Thuresson built the rest of his home with wildfire in mind: a metal roof, a rooftop sprinkler system, and a sort of fire hydrant equipped with fire fighting hoses. He also built a series of Koi ponds and water features that encircle his home like a mote protecting a large, wooden castle.
He says all of this is necessary if you want to live in the woods.
“Traditionally, especially in the Rogue Valley here, fire swept through here every decade,” Thuresson says. “And we haven’t seen fire in here for at least a hundred years. There’s a lot of fuel all the way around us.”
Thuresson is a retired Oregon State Parks ranger. He spent several years hosting tours, describing the different plants and trees of our forests — and the histories behind them. He assumes this role again as he walks around his property, explaining this complex system he’s developed for fire.
“Over here is the one thing people have to be concerned about,” he says, walking into a wood shed that’s buzzing loudly. “And that is your battery backup.”
He opens a crate in which there are a dozen large batteries neatly aligned like a carton of eggs.
Pacific Power says it will temporarily cut its customers’ electricity if high winds and dry weather pose a wildfire threat, much like Pacific Gas & Electric company is already doing in California. Thuresson needs power if he wants to pump water from his well for his sprinkler system, so he has installed solar panels that charge the batteries in this shed.
“Even if they cut my power off, or even if the poles coming up the road catch on fire — I will have power to run my well and keep my place wet,” Thuresson says.
The Dip Pond
But the biggest feat of Thuresson’s wildfire system is the dip pond less than a mile up the hill from his house. He had to rent a hydraulic excavator to dig a hole big enough to hold nearly 2 acre feet of water. It collects that water from Miller’s Gulch, a seasonal creek that runs through his 75-acre property.

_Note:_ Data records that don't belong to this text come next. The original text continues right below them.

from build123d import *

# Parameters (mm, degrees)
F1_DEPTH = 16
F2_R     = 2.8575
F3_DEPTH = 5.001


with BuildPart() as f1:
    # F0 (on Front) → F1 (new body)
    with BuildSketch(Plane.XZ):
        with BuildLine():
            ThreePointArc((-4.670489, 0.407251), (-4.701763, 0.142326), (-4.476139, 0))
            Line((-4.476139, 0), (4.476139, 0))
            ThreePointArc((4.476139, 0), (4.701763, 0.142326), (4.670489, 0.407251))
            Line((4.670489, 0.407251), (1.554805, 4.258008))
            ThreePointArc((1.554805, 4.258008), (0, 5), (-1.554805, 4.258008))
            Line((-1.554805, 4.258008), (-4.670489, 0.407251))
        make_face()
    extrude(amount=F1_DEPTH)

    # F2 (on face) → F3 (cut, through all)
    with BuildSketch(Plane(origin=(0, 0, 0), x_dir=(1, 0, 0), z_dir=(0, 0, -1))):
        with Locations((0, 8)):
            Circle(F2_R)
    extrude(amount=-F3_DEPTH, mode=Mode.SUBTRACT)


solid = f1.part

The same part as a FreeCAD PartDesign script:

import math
import FreeCAD as App
import Part
import Sketcher

V = App.Vector
Q = App.Units.Quantity

doc = App.newDocument("Part")
body = doc.addObject("PartDesign::Body", "Body")

# Sketch on XZ plane
sketch1 = body.newObject("Sketcher::SketchObject", "Sketch")
sketch1.AttachmentSupport = (doc.getObject("XZ_Plane"), [""])
sketch1.MapMode = "FlatFace"
sketch1.addGeometry(Part.ArcOfCircle(Part.Circle(V(-4.48, 0.25, 0), V(0, 0, 1), 0.25), math.radians(141), math.radians(270)), False)
sketch1.addGeometry(Part.LineSegment(V(-4.48, 0, 0), V(4.48, 0, 0)), False)
sketch1.addGeometry(Part.ArcOfCircle(Part.Circle(V(4.48, 0.25, 0), V(0, 0, 1), 0.25), math.radians(-90), math.radians(39)), False)
sketch1.addGeometry(Part.LineSegment(V(4.67, 0.41, 0), V(1.55, 4.26, 0)), False)
sketch1.addGeometry(Part.ArcOfCircle(Part.Circle(V(0, 3, 0), V(0, 0, 1), 2), math.radians(39), math.radians(141)), False)
sketch1.addGeometry(Part.LineSegment(V(-1.55, 4.26, 0), V(-4.67, 0.41, 0)), False)
sketch1.addConstraint(Sketcher.Constraint("Tangent", 0, 2, 1, 1))
sketch1.addConstraint(Sketcher.Constraint("Tangent", 1, 2, 2, 1))
sketch1.addConstraint(Sketcher.Constraint("Tangent", 2, 2, 3, 1))
sketch1.addConstraint(Sketcher.Constraint("Tangent", 3, 2, 4, 1))
sketch1.addConstraint(Sketcher.Constraint("Tangent", 4, 2, 5, 1))
sketch1.addConstraint(Sketcher.Constraint("Tangent", 5, 2, 0, 1))
sketch1.addConstraint(Sketcher.Constraint("Horizontal", 1))
sketch1.addConstraint(Sketcher.Constraint("Equal", 0, 2))
sketch1.addConstraint(Sketcher.Constraint("Symmetric", 0, 2, 1, 2, -1, 1))
sketch1.addConstraint(Sketcher.Constraint("PointOnObject", 4, 3, -2))
sketch1.addConstraint(Sketcher.Constraint("Radius", 4, Q("2.000002 mm")))
sketch1.addConstraint(Sketcher.Constraint("Radius", 0, Q("0.25 mm")))
sketch1.addConstraint(Sketcher.Constraint("DistanceY", -1, 1, 4, 3, Q("2.999998 mm")))
sketch1.addConstraint(Sketcher.Constraint("DistanceX", 1, 1, 1, 2, Q("8.952278 mm")))
pad1 = body.newObject("PartDesign::Pad", "Pad")
pad1.Profile = sketch1
pad1.Length = 16

# Sketch on XY plane
sketch2 = body.newObject("Sketcher::SketchObject", "Sketch001")
sketch2.AttachmentSupport = (doc.getObject("XY_Plane"), [""])
sketch2.MapMode = "FlatFace"
sketch2.addGeometry(Part.Circle(V(0, -8, 0), V(0, 0, 1), 2.9), False)
sketch2.addConstraint(Sketcher.Constraint("PointOnObject", 0, 3, -2))
sketch2.addConstraint(Sketcher.Constraint("Diameter", 0, Q("5.715 mm")))
sketch2.addConstraint(Sketcher.Constraint("DistanceY", 0, 3, -1, 1, Q("8 mm")))
pocket1 = body.newObject("PartDesign::Pocket", "Pocket")
pocket1.Profile = sketch2
pocket1.Type = "ThroughAll"
pocket1.Reversed = True

doc.recompute()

With the right permits, the state allows landowners to build these ponds so firefighting helicopters with dip buckets have a water source to pull from.

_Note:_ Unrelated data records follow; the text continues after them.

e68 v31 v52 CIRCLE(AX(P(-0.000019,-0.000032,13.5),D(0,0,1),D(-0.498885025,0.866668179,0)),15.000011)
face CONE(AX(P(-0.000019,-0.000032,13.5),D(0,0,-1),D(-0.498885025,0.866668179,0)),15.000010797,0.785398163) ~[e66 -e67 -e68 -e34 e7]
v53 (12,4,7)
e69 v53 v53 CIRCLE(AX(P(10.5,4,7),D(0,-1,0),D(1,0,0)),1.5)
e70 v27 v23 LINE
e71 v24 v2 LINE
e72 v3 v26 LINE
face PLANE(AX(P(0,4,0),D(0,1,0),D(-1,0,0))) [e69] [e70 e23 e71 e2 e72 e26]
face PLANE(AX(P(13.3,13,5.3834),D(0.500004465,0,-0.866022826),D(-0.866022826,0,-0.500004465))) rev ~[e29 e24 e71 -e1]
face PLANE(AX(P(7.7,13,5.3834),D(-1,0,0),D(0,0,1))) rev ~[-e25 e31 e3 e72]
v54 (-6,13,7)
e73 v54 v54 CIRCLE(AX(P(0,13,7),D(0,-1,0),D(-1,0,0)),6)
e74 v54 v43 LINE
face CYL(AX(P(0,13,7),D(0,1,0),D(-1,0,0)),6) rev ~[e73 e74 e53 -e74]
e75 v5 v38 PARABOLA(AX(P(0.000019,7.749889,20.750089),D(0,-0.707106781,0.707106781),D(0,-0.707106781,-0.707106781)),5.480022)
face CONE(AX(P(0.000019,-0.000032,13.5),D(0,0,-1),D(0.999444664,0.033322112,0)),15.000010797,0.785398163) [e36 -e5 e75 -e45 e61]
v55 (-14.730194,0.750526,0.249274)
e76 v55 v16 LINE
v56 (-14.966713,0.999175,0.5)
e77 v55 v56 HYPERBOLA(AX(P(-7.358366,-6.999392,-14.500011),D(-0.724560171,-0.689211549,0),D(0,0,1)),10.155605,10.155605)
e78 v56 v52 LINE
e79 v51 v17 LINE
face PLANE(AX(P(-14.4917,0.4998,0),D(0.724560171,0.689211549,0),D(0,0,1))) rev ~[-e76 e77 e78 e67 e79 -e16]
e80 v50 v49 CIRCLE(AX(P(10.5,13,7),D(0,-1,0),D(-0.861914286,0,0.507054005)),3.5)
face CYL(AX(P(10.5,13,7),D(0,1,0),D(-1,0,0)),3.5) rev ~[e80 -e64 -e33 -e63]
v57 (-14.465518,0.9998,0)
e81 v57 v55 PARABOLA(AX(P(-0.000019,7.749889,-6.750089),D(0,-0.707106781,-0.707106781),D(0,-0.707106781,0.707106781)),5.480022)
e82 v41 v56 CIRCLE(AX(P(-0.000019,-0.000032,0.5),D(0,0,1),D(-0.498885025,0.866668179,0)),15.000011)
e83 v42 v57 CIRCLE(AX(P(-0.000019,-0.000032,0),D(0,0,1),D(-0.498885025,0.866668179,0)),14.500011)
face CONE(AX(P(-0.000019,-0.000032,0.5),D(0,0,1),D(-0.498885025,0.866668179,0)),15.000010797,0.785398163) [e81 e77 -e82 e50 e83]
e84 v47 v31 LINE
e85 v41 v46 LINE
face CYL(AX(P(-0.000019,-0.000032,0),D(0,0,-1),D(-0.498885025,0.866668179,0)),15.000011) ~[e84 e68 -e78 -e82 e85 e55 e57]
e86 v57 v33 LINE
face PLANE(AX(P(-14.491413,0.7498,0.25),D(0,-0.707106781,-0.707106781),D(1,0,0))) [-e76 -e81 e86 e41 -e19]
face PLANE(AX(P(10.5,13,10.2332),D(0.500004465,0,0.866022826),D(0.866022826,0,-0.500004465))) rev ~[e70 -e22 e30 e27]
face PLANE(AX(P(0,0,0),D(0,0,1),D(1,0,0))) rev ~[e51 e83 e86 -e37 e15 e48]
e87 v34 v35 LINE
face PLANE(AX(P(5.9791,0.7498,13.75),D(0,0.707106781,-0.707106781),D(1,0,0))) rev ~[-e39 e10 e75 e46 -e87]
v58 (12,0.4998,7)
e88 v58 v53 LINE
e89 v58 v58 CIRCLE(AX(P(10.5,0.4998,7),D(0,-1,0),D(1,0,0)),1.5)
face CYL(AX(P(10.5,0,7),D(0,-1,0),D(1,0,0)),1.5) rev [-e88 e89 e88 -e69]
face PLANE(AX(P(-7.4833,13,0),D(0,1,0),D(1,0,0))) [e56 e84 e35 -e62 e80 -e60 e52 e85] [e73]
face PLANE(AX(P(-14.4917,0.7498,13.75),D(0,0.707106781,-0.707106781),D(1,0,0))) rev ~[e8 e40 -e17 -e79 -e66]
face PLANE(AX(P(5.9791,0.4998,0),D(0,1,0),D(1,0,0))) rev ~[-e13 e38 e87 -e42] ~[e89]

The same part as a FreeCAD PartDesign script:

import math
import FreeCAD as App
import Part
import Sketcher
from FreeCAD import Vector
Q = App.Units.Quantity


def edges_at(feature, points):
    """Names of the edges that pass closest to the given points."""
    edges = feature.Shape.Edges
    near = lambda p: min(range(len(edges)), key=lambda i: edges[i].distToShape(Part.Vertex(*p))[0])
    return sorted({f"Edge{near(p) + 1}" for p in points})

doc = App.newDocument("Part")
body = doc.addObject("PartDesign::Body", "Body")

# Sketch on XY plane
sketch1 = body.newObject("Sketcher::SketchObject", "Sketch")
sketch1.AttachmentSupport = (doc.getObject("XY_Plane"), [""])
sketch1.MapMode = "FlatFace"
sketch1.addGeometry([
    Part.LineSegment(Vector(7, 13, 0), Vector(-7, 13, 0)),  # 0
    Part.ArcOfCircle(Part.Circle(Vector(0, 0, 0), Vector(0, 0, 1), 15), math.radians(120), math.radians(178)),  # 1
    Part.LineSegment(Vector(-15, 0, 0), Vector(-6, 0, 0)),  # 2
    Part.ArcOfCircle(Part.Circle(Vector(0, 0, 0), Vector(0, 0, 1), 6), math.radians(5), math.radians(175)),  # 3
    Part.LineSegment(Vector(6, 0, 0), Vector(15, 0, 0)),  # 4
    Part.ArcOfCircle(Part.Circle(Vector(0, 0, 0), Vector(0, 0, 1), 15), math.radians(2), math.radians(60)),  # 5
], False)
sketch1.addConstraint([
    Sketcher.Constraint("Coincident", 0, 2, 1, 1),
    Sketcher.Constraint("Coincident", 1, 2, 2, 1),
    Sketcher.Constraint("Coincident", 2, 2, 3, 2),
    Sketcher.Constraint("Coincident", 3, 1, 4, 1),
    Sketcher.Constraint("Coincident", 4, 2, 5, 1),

“This is the first strike for my fire suppression systems,” Thuresson says. “You can see the size of that pipe, I can really suck a lot of water out of it quick and have good pressure.”
Thuresson built everything himself: the dip pond, the fire hydrant and sprinkler system, the solar panels and battery backup. He says it cost about $10,000. He spent another couple thousand dollars on heavy equipment, including a brush hog for mowing undergrowth and a bulldozer for digging fire lines.
He also uses a chainsaw to cut the lower limbs off trees. Otherwise, fire could climb them.
“Then you have crown fires,” Thuresson says. “And when you have crown fires in a forest, you might as well get out. It’s deadly, it moves fast, and it sucks up all the oxygen. ”
Neil Thuresson installed solar panels on his property that charge large batteries, so he could pump his well in the event of a blackout.
Needless to say, all of this is a lot of work. But Neil says it’s worth it, if it means he gets to live here.
“I just love living in the woods,” Thuresson says. “I like seeing the animals and wildlife that live here. I like having the privacy and open space.”
Thuresson says this work is also his responsibility as a landowner living on 75 acres of forest. If a wildfire strikes his property, he can get a head start on the flames before firefighters get there. He sees it as a way of not only protecting his home, but the whole community, from a devastating wildfire.